* _Task directions_
Your task is to copy the lines of the data below from the line holding "f 296 300 59" through the line holding "f 286 89 94", inclusive, exactly and with nothing added.

Extracted records Start Marker

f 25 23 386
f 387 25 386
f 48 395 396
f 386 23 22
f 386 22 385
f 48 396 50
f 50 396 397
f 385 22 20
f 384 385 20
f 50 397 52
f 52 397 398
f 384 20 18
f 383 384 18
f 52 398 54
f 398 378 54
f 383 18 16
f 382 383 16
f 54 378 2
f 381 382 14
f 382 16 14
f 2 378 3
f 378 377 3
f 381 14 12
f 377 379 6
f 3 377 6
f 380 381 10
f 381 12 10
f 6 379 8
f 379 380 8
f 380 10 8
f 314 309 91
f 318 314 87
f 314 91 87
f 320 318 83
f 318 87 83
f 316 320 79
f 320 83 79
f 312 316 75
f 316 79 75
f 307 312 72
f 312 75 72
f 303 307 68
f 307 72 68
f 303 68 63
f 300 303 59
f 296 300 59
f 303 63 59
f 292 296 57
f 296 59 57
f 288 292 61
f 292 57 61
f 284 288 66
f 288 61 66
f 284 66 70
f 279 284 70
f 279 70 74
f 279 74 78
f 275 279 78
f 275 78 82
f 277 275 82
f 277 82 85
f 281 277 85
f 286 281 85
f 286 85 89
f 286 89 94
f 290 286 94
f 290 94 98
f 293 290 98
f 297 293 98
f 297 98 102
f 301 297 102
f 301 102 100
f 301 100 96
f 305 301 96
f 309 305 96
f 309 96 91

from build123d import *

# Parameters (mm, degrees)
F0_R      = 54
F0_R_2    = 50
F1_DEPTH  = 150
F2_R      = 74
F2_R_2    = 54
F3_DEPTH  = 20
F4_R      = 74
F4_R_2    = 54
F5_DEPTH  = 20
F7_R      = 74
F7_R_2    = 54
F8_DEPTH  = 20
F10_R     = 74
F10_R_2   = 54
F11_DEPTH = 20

Extracted records End Marker
Extracted records Start Marker

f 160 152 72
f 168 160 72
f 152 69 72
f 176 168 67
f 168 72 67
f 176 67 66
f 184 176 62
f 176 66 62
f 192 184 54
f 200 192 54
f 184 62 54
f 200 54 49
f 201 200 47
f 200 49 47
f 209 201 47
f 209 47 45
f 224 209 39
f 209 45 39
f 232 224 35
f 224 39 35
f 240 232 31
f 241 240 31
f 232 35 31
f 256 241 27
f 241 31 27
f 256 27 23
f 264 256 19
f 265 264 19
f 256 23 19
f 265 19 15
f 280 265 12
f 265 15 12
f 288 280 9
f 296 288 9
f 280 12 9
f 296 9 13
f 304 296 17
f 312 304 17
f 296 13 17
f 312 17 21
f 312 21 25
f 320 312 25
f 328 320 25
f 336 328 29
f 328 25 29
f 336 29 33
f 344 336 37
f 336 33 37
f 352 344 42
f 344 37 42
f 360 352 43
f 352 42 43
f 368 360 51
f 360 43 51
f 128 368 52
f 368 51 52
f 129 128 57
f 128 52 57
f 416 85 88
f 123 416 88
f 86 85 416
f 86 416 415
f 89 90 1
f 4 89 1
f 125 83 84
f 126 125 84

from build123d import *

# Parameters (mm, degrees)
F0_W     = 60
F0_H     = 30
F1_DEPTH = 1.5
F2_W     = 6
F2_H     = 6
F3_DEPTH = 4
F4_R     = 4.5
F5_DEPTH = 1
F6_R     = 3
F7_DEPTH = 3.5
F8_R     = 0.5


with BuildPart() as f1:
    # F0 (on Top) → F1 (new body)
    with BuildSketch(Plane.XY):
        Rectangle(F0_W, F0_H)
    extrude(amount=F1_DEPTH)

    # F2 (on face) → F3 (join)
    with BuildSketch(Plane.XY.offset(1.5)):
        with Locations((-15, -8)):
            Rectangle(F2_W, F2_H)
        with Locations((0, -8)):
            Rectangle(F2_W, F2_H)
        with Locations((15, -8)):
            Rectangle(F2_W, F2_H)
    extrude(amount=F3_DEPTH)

Extracted records End Marker

* _Result of the exercise_
f 296 300 59
f 303 63 59
f 292 296 57
f 296 59 57
f 288 292 61
f 292 57 61
f 284 288 66
f 288 61 66
f 284 66 70
f 279 284 70
f 279 70 74
f 279 74 78
f 275 279 78
f 275 78 82
f 277 275 82
f 277 82 85
f 281 277 85
f 286 281 85
f 286 85 89
f 286 89 94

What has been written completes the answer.